**What you will do:**
Reproduce the records below exactly, but only between the lines holding "e42 v33 v29 LINE" and "e57 v34 v30 LINE", inclusive.

**Records for the task:**
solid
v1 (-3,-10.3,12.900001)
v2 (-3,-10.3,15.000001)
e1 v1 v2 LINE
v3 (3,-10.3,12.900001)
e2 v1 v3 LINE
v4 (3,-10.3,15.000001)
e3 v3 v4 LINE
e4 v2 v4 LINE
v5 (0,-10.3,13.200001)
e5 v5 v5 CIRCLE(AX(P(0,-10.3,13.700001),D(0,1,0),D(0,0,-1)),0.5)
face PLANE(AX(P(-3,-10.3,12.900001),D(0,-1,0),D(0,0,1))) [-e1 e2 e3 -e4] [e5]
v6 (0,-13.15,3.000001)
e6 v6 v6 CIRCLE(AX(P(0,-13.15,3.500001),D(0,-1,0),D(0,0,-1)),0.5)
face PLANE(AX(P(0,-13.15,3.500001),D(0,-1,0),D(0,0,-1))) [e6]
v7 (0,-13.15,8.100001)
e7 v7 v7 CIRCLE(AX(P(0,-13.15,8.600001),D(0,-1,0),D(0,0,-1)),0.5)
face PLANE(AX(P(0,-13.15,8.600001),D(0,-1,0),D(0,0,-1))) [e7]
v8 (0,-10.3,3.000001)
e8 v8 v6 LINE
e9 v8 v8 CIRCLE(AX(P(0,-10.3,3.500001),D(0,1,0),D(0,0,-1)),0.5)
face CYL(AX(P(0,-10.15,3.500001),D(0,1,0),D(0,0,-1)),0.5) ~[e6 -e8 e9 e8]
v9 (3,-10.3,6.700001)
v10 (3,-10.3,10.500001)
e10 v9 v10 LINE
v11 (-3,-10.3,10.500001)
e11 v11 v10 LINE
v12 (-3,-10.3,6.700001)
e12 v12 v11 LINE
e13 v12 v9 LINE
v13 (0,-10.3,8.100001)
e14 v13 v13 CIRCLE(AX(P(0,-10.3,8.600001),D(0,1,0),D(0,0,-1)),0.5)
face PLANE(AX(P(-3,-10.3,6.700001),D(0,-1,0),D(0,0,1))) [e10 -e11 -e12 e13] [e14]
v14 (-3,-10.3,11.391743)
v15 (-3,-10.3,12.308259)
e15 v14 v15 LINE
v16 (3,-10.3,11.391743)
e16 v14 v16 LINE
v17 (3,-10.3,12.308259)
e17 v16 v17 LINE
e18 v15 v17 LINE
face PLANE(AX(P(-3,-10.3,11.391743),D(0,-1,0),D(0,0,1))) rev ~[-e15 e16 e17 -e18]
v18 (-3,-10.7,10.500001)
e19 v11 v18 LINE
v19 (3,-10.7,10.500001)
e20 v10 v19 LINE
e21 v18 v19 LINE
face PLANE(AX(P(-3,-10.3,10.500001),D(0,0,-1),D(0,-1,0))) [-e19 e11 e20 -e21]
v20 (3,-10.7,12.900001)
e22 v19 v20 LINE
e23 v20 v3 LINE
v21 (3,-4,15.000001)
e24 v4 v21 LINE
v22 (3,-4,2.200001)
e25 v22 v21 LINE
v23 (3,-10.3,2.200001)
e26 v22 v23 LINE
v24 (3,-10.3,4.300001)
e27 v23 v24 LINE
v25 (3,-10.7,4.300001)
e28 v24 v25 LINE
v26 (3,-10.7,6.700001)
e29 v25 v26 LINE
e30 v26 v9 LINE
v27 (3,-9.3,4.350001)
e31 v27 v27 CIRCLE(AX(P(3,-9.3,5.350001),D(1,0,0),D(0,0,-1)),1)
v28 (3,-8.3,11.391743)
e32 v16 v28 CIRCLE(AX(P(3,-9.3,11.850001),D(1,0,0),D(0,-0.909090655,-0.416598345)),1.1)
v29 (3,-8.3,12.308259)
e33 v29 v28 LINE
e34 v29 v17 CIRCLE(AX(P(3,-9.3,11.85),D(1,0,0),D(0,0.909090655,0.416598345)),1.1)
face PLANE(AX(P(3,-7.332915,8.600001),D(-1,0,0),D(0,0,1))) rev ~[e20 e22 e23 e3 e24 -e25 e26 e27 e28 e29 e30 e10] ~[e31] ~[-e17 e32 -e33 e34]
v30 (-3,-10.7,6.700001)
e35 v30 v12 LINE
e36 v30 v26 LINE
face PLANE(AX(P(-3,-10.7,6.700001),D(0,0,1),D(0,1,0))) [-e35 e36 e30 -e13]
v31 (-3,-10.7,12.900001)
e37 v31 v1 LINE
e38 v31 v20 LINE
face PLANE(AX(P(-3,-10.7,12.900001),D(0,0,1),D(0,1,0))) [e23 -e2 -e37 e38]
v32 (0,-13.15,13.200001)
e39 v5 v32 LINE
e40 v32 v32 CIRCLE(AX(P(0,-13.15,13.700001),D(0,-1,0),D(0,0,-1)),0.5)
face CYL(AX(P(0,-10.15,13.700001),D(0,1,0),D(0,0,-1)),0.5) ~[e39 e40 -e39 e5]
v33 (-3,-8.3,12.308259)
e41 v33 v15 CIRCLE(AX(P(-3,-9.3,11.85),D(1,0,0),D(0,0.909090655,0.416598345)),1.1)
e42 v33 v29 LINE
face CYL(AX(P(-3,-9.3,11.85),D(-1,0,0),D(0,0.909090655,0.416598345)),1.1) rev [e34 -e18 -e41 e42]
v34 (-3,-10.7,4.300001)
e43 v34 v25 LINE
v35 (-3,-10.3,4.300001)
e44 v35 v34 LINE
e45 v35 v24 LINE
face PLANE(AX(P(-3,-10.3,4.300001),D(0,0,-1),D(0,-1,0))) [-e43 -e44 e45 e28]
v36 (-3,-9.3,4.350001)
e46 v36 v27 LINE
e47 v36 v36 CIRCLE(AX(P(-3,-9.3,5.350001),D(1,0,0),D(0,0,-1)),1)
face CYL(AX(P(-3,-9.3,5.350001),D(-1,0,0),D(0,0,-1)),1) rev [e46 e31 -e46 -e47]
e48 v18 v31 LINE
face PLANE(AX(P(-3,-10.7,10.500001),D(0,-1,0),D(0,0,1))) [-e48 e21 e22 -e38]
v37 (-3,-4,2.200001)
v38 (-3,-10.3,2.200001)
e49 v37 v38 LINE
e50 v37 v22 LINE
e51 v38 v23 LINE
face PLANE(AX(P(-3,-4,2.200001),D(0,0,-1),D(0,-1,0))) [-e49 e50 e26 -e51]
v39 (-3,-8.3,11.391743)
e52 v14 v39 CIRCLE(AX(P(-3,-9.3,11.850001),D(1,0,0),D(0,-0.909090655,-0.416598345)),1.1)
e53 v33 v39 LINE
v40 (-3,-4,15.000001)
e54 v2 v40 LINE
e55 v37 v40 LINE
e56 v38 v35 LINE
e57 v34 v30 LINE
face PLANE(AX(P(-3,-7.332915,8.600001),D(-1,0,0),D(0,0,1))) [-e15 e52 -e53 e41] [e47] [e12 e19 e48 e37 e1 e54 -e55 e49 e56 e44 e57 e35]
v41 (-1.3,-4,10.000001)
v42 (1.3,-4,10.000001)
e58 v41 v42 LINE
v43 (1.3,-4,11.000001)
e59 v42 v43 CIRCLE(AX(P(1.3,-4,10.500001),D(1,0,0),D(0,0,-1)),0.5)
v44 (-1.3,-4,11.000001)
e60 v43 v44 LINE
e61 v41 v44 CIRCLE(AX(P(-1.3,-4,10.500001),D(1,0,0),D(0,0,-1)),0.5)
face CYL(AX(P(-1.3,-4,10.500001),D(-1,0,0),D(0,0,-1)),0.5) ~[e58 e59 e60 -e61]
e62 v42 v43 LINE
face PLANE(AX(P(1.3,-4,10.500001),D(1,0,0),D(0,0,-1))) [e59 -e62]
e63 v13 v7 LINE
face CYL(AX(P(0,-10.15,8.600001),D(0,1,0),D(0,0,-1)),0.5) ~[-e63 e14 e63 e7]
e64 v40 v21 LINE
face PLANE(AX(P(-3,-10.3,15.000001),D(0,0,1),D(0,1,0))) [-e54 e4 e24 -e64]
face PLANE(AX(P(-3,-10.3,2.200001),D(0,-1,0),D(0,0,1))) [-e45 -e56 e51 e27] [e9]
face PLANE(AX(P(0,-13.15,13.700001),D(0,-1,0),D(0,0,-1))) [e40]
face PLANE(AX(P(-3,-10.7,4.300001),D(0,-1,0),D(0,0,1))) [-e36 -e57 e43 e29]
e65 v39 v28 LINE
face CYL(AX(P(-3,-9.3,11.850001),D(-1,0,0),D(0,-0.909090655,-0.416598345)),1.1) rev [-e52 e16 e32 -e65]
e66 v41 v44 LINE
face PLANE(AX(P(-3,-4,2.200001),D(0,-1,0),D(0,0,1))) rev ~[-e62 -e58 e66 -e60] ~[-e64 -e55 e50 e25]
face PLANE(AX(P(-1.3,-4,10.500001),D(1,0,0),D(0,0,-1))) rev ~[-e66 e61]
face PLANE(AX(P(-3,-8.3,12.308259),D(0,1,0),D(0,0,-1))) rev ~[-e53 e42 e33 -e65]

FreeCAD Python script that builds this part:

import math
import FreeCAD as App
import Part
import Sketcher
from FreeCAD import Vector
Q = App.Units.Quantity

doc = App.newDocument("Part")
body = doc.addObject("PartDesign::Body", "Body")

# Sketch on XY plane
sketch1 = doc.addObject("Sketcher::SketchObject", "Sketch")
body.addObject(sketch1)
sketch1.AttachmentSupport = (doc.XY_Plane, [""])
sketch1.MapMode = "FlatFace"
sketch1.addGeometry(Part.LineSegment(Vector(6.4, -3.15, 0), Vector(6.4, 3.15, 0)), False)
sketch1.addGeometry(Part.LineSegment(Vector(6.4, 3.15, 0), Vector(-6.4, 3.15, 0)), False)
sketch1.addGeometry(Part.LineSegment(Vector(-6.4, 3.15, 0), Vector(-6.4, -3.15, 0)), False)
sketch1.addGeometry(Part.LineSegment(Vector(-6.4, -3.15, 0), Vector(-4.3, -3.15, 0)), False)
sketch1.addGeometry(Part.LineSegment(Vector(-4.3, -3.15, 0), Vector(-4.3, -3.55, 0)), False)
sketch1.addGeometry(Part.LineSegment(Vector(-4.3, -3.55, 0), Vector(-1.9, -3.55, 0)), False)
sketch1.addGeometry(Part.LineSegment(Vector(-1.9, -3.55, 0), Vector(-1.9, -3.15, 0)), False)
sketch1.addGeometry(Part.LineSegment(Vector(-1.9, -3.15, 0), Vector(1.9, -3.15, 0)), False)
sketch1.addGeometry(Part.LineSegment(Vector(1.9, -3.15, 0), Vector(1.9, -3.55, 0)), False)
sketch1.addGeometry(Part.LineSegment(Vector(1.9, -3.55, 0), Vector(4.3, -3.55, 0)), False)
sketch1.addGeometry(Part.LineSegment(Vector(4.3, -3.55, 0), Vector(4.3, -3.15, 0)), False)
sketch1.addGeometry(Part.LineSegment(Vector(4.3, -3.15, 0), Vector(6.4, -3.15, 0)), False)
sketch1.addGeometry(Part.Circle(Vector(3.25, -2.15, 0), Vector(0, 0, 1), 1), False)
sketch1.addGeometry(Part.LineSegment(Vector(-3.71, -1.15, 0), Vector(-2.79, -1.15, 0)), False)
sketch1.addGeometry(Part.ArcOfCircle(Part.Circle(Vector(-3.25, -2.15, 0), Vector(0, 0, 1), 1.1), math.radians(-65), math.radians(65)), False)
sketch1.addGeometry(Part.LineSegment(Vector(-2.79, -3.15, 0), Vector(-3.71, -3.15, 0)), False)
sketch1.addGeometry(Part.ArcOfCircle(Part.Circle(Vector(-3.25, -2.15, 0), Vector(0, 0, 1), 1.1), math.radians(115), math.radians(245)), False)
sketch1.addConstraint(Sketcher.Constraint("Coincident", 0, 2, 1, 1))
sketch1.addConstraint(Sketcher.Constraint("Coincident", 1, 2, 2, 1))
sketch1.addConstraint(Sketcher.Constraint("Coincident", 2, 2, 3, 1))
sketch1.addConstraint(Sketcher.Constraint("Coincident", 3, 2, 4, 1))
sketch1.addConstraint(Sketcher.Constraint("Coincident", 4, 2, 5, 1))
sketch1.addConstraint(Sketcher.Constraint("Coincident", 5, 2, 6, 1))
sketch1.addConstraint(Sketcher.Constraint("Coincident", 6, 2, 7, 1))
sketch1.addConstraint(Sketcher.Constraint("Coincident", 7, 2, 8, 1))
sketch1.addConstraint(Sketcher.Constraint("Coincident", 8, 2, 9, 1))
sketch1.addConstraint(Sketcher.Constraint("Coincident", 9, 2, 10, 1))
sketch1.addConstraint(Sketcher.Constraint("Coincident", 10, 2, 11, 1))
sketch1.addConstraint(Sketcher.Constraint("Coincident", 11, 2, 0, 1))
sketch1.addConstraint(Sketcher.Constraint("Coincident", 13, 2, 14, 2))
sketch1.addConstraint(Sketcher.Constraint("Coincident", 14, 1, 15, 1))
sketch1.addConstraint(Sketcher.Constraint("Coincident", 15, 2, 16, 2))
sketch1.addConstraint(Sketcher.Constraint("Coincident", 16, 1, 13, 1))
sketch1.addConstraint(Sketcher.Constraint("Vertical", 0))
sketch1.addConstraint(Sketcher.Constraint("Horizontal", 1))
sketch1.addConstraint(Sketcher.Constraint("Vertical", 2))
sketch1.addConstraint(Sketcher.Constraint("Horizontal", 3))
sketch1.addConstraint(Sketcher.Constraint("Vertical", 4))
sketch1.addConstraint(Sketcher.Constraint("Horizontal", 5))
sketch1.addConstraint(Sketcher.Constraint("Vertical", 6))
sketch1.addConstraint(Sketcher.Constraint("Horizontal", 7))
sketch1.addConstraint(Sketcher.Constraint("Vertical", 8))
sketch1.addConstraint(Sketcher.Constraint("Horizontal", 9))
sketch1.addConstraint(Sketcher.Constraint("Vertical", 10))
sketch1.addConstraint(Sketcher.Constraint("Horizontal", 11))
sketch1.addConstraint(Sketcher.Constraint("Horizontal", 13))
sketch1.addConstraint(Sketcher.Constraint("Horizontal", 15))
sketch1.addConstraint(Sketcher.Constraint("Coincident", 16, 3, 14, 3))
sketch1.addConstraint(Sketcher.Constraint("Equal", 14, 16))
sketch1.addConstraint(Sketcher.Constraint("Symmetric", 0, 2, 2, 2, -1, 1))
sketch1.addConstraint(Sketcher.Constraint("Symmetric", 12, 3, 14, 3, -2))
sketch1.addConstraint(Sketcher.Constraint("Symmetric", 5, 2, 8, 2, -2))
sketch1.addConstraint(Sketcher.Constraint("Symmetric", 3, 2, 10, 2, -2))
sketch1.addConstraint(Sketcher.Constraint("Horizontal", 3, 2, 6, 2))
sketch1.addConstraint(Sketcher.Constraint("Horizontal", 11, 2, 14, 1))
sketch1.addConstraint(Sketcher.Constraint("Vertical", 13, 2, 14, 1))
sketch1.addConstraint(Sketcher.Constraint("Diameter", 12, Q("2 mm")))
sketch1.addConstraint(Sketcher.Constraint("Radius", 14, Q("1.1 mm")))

**Your response:**
e42 v33 v29 LINE
face CYL(AX(P(-3,-9.3,11.85),D(-1,0,0),D(0,0.909090655,0.416598345)),1.1) rev [e34 -e18 -e41 e42]
v34 (-3,-10.7,4.300001)
e43 v34 v25 LINE
v35 (-3,-10.3,4.300001)
e44 v35 v34 LINE
e45 v35 v24 LINE
face PLANE(AX(P(-3,-10.3,4.300001),D(0,0,-1),D(0,-1,0))) [-e43 -e44 e45 e28]
v36 (-3,-9.3,4.350001)
e46 v36 v27 LINE
e47 v36 v36 CIRCLE(AX(P(-3,-9.3,5.350001),D(1,0,0),D(0,0,-1)),1)
face CYL(AX(P(-3,-9.3,5.350001),D(-1,0,0),D(0,0,-1)),1) rev [e46 e31 -e46 -e47]
e48 v18 v31 LINE
face PLANE(AX(P(-3,-10.7,10.500001),D(0,-1,0),D(0,0,1))) [-e48 e21 e22 -e38]
v37 (-3,-4,2.200001)
v38 (-3,-10.3,2.200001)
e49 v37 v38 LINE
e50 v37 v22 LINE
e51 v38 v23 LINE
face PLANE(AX(P(-3,-4,2.200001),D(0,0,-1),D(0,-1,0))) [-e49 e50 e26 -e51]
v39 (-3,-8.3,11.391743)
e52 v14 v39 CIRCLE(AX(P(-3,-9.3,11.850001),D(1,0,0),D(0,-0.909090655,-0.416598345)),1.1)
e53 v33 v39 LINE
v40 (-3,-4,15.000001)
e54 v2 v40 LINE
e55 v37 v40 LINE
e56 v38 v35 LINE
e57 v34 v30 LINE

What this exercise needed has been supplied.